HOW TO COMPLETE THIS TASK:
From the listing below, output only the lines starting at the line that has "F1_DEPTH = 101.6" and ending at the line that has "A parametric FreeCAD", exactly as they appear, ends included.
[Start of Attachment]
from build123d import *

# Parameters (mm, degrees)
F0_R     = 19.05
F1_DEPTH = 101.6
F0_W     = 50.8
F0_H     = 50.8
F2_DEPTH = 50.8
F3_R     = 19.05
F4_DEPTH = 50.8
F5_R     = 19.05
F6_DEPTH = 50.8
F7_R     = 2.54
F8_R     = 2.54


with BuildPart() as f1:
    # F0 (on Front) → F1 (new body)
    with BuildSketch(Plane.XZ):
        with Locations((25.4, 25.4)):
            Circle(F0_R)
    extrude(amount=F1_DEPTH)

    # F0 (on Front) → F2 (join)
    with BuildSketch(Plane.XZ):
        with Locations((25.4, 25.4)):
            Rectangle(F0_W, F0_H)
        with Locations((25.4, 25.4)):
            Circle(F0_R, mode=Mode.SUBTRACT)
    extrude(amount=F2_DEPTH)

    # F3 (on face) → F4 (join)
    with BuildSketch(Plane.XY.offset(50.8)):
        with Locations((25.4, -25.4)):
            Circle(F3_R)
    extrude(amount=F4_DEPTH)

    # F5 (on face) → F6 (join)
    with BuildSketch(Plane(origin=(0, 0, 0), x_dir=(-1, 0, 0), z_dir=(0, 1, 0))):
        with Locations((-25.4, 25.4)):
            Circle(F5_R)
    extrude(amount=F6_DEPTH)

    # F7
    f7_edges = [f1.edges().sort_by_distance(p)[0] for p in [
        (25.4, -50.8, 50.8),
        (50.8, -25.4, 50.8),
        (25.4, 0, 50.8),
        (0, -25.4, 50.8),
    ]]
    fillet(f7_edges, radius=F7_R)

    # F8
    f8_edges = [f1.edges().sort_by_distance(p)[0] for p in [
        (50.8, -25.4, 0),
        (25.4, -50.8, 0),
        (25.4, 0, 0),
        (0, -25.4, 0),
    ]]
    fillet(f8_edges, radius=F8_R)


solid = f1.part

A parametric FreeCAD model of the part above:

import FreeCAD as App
import Part
import Sketcher
from FreeCAD import Vector
Q = App.Units.Quantity


def edges_at(feature, points):
    """Names of the edges that pass closest to the given points."""
    edges = feature.Shape.Edges
    near = lambda p: min(range(len(edges)), key=lambda i: edges[i].distToShape(Part.Vertex(*p))[0])
    return sorted({f"Edge{near(p) + 1}" for p in points})

doc = App.newDocument("Part")
body = doc.addObject("PartDesign::Body", "Body")

sketch1 = body.newObject("Sketcher::SketchObject", "Sketch")
sketch1.AttachmentSupport = (doc.getObject("XZ_Plane"), [""])
sketch1.MapMode = "FlatFace"
sketch1.addGeometry(Part.Circle(Vector(25.4, 25.4, 0), Vector(0, 0, 1), 19.05), False)
sketch1.addConstraint([
    Sketcher.Constraint("Diameter", 0, Q("1.5 in")),
    Sketcher.Constraint("DistanceX", -1, 1, 0, 3, Q("1 in")),
    Sketcher.Constraint("DistanceY", -1, 1, 0, 3, Q("1 in")),
])
pad1 = body.newObject("PartDesign::Pad", "Pad")
pad1.Profile = sketch1
pad1.Length = Q("4 in")

sketch2 = body.newObject("Sketcher::SketchObject", "Sketch001")
sketch2.AttachmentSupport = (doc.getObject("XZ_Plane"), [""])
sketch2.MapMode = "FlatFace"
sketch2.addGeometry([
    Part.LineSegment(Vector(0, 50.8, 0), Vector(0, 0, 0)),
    Part.LineSegment(Vector(0, 0, 0), Vector(50.8, 0, 0)),
    Part.LineSegment(Vector(50.8, 0, 0), Vector(50.8, 50.8, 0)),
    Part.LineSegment(Vector(50.8, 50.8, 0), Vector(0, 50.8, 0)),
    Part.Circle(Vector(25.4, 25.4, 0), Vector(0, 0, 1), 19.05),
], False)
sketch2.addConstraint([
    Sketcher.Constraint("Coincident", 0, 2, 1, 1),
    Sketcher.Constraint("Coincident", 1, 2, 2, 1),
    Sketcher.Constraint("Coincident", 2, 2, 3, 1),
    Sketcher.Constraint("Coincident", 3, 2, 0, 1),
    Sketcher.Constraint("Vertical", 0),
    Sketcher.Constraint("Horizontal", 1),
    Sketcher.Constraint("Vertical", 2),
    Sketcher.Constraint("Horizontal", 3),
    Sketcher.Constraint("Coincident", 0, 2, -1, 1),
    Sketcher.Constraint("Equal", 3, 0),
    Sketcher.Constraint("Diameter", 4, Q("1.5 in")),
    Sketcher.Constraint("DistanceX", 1, 1, 1, 2, Q("2 in")),
    Sketcher.Constraint("DistanceX", -1, 1, 4, 3, Q("1 in")),
    Sketcher.Constraint("DistanceY", -1, 1, 4, 3, Q("1 in")),
])
pad2 = body.newObject("PartDesign::Pad", "Pad001")
pad2.Profile = sketch2
pad2.Length = Q("2 in")

sketch3 = body.newObject("Sketcher::SketchObject", "Sketch002")
sketch3.AttachmentSupport = (doc.getObject("XY_Plane"), [""])
sketch3.MapMode = "FlatFace"
sketch3.AttachmentOffset = App.Placement(Vector(0, 0, 2 * 25.4), App.Rotation())
sketch3.addGeometry(Part.Circle(Vector(25.4, -25.4, 0), Vector(0, 0, 1), 19.05), False)
sketch3.addConstraint([
    Sketcher.Constraint("Diameter", 0, Q("1.5 in")),
    Sketcher.Constraint("DistanceX", -1, 1, 0, 3, Q("1 in")),
    Sketcher.Constraint("DistanceY", 0, 3, -1, 1, Q("1 in")),
])
pad3 = body.newObject("PartDesign::Pad", "Pad002")
pad3.Profile = sketch3
pad3.Length = Q("2 in")

sketch4 = body.newObject("Sketcher::SketchObject", "Sketch003")
sketch4.AttachmentSupport = (doc.getObject("XZ_Plane"), [""])
sketch4.MapMode = "FlatFace"
sketch4.addGeometry(Part.Circle(Vector(25.4, 25.4, 0), Vector(0, 0, 1), 19.05), False)
sketch4.addConstraint([
    Sketcher.Constraint("Diameter", 0, Q("1.5 in")),
    Sketcher.Constraint("DistanceX", -1, 1, 0, 3, Q("1 in")),
    Sketcher.Constraint("DistanceY", -1, 1, 0, 3, Q("1 in")),
])
pad4 = body.newObject("PartDesign::Pad", "Pad003")
pad4.Profile = sketch4
pad4.Length = Q("2 in")
pad4.Reversed = True
doc.recompute()

fillet = body.newObject("PartDesign::Fillet", "Fillet")
fillet.Base = (pad4, edges_at(pad4, [
    (25.4, -50.8, 50.8),
    (50.8, -25.4, 50.8),
    (25.4, 0, 50.8),
    (0, -25.4, 50.8),
]))
fillet.Radius = Q("0.1 in")
doc.recompute()

fillet2 = body.newObject("PartDesign::Fillet", "Fillet001")
fillet2.Base = (fillet, edges_at(fillet, [
    (50.8, -25.4, 0),
    (25.4, -50.8, 0),
    (25.4, 0, 0),
    (0, -25.4, 0),
]))
fillet2.Radius = Q("0.1 in")

doc.recompute()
[End of Attachment]
OUTPUT:
F1_DEPTH = 101.6
F0_W     = 50.8
F0_H     = 50.8
F2_DEPTH = 50.8
F3_R     = 19.05
F4_DEPTH = 50.8
F5_R     = 19.05
F6_DEPTH = 50.8
F7_R     = 2.54
F8_R     = 2.54


with BuildPart() as f1:
    # F0 (on Front) → F1 (new body)
    with BuildSketch(Plane.XZ):
        with Locations((25.4, 25.4)):
            Circle(F0_R)
    extrude(amount=F1_DEPTH)

    # F0 (on Front) → F2 (join)
    with BuildSketch(Plane.XZ):
        with Locations((25.4, 25.4)):
            Rectangle(F0_W, F0_H)
        with Locations((25.4, 25.4)):
            Circle(F0_R, mode=Mode.SUBTRACT)
    extrude(amount=F2_DEPTH)

    # F3 (on face) → F4 (join)
    with BuildSketch(Plane.XY.offset(50.8)):
        with Locations((25.4, -25.4)):
            Circle(F3_R)
    extrude(amount=F4_DEPTH)

    # F5 (on face) → F6 (join)
    with BuildSketch(Plane(origin=(0, 0, 0), x_dir=(-1, 0, 0), z_dir=(0, 1, 0))):
        with Locations((-25.4, 25.4)):
            Circle(F5_R)
    extrude(amount=F6_DEPTH)

    # F7
    f7_edges = [f1.edges().sort_by_distance(p)[0] for p in [
        (25.4, -50.8, 50.8),
        (50.8, -25.4, 50.8),
        (25.4, 0, 50.8),
        (0, -25.4, 50.8),
    ]]
    fillet(f7_edges, radius=F7_R)

    # F8
    f8_edges = [f1.edges().sort_by_distance(p)[0] for p in [
        (50.8, -25.4, 0),
        (25.4, -50.8, 0),
        (25.4, 0, 0),
        (0, -25.4, 0),
    ]]
    fillet(f8_edges, radius=F8_R)


solid = f1.part

A parametric FreeCAD model of the part above:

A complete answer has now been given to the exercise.